The input below:

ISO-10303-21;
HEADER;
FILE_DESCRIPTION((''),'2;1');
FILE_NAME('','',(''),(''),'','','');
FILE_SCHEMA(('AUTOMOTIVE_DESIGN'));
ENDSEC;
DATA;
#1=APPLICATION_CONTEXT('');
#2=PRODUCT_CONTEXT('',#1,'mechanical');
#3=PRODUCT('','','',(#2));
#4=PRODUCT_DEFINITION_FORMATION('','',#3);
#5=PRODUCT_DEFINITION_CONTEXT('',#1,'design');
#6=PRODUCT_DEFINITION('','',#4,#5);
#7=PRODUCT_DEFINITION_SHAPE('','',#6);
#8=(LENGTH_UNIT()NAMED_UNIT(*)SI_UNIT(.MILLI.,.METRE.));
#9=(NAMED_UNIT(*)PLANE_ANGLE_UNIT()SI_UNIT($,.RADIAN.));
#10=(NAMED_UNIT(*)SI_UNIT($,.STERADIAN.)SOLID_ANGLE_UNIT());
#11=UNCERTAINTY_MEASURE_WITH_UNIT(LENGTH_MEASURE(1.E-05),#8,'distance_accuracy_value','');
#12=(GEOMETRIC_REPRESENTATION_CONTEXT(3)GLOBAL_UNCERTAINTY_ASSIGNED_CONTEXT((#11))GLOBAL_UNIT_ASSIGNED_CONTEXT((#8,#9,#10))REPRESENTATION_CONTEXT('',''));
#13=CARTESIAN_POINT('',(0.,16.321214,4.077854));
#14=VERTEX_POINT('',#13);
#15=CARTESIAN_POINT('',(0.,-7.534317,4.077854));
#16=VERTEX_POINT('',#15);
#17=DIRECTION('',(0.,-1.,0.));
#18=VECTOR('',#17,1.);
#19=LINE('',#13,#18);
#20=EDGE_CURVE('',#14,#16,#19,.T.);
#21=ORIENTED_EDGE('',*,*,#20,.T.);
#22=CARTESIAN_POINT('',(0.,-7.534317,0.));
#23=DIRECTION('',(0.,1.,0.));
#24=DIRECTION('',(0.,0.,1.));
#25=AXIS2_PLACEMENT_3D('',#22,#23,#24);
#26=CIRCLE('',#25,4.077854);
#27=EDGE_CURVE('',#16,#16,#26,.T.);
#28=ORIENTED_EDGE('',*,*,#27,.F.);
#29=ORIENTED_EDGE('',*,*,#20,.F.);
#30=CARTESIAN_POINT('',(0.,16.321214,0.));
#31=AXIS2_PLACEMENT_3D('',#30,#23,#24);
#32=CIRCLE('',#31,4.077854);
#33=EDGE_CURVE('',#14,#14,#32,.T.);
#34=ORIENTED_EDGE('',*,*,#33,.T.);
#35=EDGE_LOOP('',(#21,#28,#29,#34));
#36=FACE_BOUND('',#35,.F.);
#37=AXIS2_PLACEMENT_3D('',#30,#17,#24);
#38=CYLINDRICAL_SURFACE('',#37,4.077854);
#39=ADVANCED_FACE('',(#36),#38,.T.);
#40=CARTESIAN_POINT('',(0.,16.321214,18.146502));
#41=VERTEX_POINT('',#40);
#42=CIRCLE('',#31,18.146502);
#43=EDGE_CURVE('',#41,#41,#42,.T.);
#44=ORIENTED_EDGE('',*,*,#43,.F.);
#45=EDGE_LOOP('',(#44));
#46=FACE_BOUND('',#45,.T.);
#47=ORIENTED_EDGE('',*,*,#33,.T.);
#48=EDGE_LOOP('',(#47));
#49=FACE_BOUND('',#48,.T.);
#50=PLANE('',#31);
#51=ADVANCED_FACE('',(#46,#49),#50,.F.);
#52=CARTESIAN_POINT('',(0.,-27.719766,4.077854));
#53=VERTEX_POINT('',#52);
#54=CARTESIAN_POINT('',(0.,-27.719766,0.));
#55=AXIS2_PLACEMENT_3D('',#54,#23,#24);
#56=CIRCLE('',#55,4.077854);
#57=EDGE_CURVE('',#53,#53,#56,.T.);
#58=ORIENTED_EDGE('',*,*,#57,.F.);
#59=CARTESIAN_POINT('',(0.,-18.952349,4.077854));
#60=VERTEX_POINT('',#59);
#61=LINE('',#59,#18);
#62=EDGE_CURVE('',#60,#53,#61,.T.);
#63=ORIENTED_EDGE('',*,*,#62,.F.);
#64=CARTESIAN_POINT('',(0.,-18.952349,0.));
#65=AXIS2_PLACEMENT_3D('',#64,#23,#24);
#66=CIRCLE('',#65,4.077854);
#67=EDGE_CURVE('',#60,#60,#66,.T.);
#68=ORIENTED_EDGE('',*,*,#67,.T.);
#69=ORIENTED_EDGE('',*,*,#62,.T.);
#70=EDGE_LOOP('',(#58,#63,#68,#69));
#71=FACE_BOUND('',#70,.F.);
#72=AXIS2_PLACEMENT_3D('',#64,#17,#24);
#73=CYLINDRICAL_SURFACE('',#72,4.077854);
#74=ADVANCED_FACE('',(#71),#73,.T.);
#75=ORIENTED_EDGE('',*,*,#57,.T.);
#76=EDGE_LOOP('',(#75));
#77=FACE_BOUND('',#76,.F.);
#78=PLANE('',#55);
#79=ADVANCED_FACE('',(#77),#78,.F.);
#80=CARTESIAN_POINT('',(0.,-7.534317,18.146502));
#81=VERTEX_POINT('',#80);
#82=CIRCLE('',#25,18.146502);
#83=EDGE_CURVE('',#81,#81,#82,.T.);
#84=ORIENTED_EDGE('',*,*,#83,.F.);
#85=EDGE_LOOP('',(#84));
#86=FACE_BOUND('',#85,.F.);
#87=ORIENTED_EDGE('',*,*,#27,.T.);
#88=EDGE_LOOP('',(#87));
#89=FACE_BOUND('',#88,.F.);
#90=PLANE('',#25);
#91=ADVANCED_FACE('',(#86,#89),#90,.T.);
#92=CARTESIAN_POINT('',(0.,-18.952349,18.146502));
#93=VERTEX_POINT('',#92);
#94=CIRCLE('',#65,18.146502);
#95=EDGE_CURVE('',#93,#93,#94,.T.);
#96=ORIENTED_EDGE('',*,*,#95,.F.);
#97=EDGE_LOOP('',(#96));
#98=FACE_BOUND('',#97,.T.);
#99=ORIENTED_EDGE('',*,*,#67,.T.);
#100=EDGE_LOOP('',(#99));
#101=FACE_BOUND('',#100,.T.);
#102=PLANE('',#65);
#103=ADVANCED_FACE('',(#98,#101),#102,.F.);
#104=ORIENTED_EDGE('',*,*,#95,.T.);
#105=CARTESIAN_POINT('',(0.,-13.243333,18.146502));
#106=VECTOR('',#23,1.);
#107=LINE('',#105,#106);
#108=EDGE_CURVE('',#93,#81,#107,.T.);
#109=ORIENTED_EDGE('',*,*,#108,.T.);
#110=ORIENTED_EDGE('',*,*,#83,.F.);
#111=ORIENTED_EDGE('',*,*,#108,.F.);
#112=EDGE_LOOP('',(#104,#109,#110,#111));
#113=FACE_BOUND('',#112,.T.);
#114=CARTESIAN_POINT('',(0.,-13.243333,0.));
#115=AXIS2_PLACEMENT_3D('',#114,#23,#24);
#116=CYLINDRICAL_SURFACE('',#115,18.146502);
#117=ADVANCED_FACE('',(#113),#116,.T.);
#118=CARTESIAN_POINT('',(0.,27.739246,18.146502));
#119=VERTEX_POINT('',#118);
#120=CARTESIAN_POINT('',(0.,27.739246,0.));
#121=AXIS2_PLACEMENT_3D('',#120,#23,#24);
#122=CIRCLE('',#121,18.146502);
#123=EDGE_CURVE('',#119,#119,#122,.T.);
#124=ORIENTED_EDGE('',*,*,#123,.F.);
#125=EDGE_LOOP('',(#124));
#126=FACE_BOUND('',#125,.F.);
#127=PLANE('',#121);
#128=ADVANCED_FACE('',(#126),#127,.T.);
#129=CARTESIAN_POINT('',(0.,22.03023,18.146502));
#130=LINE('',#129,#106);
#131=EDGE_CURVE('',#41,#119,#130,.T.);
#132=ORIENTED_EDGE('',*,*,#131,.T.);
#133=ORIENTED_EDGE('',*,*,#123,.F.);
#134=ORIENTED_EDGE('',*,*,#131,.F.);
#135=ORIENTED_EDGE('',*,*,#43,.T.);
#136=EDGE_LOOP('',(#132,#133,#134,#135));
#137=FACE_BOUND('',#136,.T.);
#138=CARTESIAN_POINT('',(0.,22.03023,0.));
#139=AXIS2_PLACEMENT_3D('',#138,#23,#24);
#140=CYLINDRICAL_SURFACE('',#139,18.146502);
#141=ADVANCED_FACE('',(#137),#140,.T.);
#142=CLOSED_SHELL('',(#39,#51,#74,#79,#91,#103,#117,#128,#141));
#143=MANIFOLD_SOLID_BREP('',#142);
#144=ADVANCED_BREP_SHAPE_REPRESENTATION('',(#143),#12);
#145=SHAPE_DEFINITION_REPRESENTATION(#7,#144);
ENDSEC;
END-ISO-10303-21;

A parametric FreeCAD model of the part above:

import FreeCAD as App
import Part
import Sketcher

V = App.Vector

doc = App.newDocument("Part")
body = doc.addObject("PartDesign::Body", "Body")

sketch1 = body.newObject("Sketcher::SketchObject", "Sketch")
sketch1.AttachmentSupport = (doc.getObject("YZ_Plane"), [""])
sketch1.MapMode = "FlatFace"
sketch1.addGeometry(Part.LineSegment(V(-18.952349, 18.146502, 0), V(-18.952349, 4.077854, 0)), False)
sketch1.addGeometry(Part.LineSegment(V(-18.952349, 4.077854, 0), V(-27.719766, 4.077854, 0)), False)
sketch1.addGeometry(Part.LineSegment(V(-27.719766, 4.077854, 0), V(-27.719766, 0, 0)), False)
sketch1.addGeometry(Part.LineSegment(V(-27.719766, 0, 0), V(27.739246, 0, 0)), False)
sketch1.addGeometry(Part.LineSegment(V(27.739246, 0, 0), V(27.739246, 18.146502, 0)), False)
sketch1.addGeometry(Part.LineSegment(V(27.739246, 18.146502, 0), V(16.321214, 18.146502, 0)), False)
sketch1.addGeometry(Part.LineSegment(V(16.321214, 18.146502, 0), V(16.321214, 4.077854, 0)), False)
sketch1.addGeometry(Part.LineSegment(V(16.321214, 4.077854, 0), V(-7.534317, 4.077854, 0)), False)
sketch1.addGeometry(Part.LineSegment(V(-7.534317, 4.077854, 0), V(-7.534317, 18.146502, 0)), False)
sketch1.addGeometry(Part.LineSegment(V(-7.534317, 18.146502, 0), V(-18.952349, 18.146502, 0)), False)
sketch1.addConstraint(Sketcher.Constraint("Coincident", 0, 2, 1, 1))
sketch1.addConstraint(Sketcher.Constraint("Coincident", 1, 2, 2, 1))
sketch1.addConstraint(Sketcher.Constraint("Coincident", 2, 2, 3, 1))
sketch1.addConstraint(Sketcher.Constraint("Coincident", 3, 2, 4, 1))
sketch1.addConstraint(Sketcher.Constraint("Coincident", 4, 2, 5, 1))
sketch1.addConstraint(Sketcher.Constraint("Coincident", 5, 2, 6, 1))
sketch1.addConstraint(Sketcher.Constraint("Coincident", 6, 2, 7, 1))
sketch1.addConstraint(Sketcher.Constraint("Coincident", 7, 2, 8, 1))
sketch1.addConstraint(Sketcher.Constraint("Coincident", 8, 2, 9, 1))
sketch1.addConstraint(Sketcher.Constraint("Coincident", 9, 2, 0, 1))
sketch1.addConstraint(Sketcher.Constraint("Vertical", 0))
sketch1.addConstraint(Sketcher.Constraint("Horizontal", 1))
sketch1.addConstraint(Sketcher.Constraint("Vertical", 2))
sketch1.addConstraint(Sketcher.Constraint("Horizontal", 3))
sketch1.addConstraint(Sketcher.Constraint("Vertical", 4))
sketch1.addConstraint(Sketcher.Constraint("Horizontal", 5))
sketch1.addConstraint(Sketcher.Constraint("Vertical", 6))
sketch1.addConstraint(Sketcher.Constraint("Horizontal", 7))
sketch1.addConstraint(Sketcher.Constraint("Vertical", 8))
sketch1.addConstraint(Sketcher.Constraint("Horizontal", 9))
sketch1.addConstraint(Sketcher.Constraint("PointOnObject", 2, 2, -1))
sketch1.addConstraint(Sketcher.Constraint("Horizontal", 1, 2, 6, 2))
sketch1.addConstraint(Sketcher.Constraint("Horizontal", 5, 2, 8, 2))
sketch1.addConstraint(Sketcher.Constraint("Equal", 5, 9))
sketch1.addConstraint(Sketcher.Constraint("DistanceX", 7, 2, 7, 1, 23.855531))
sketch1.addConstraint(Sketcher.Constraint("DistanceY", 0, 2, 0, 1, 14.068648))
sketch1.addConstraint(Sketcher.Constraint("DistanceX", 1, 2, 1, 1, 8.767417))
sketch1.addConstraint(Sketcher.Constraint("DistanceX", 3, 1, 3, 2, 55.459012))
sketch1.addConstraint(Sketcher.Constraint("DistanceY", 2, 2, 2, 1, 4.077854))
sketch1.addConstraint(Sketcher.Constraint("DistanceX", 0, 2, -1, 1, 18.952349))
revolution = body.newObject("PartDesign::Revolution", "Revolution")
revolution.Profile = sketch1
revolution.ReferenceAxis = (sketch1, ["H_Axis"])
revolution.Angle = 360

doc.recompute()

End of The input.

_Prompt:_ An exact copy of the lines above, from the one containing "#137=FACE_BOUND('',#136,.T.);" through the one containing "A parametric FreeCAD", is the whole of the answer.

_Task solution:_
#137=FACE_BOUND('',#136,.T.);
#138=CARTESIAN_POINT('',(0.,22.03023,0.));
#139=AXIS2_PLACEMENT_3D('',#138,#23,#24);
#140=CYLINDRICAL_SURFACE('',#139,18.146502);
#141=ADVANCED_FACE('',(#137),#140,.T.);
#142=CLOSED_SHELL('',(#39,#51,#74,#79,#91,#103,#117,#128,#141));
#143=MANIFOLD_SOLID_BREP('',#142);
#144=ADVANCED_BREP_SHAPE_REPRESENTATION('',(#143),#12);
#145=SHAPE_DEFINITION_REPRESENTATION(#7,#144);
ENDSEC;
END-ISO-10303-21;

A parametric FreeCAD model of the part above:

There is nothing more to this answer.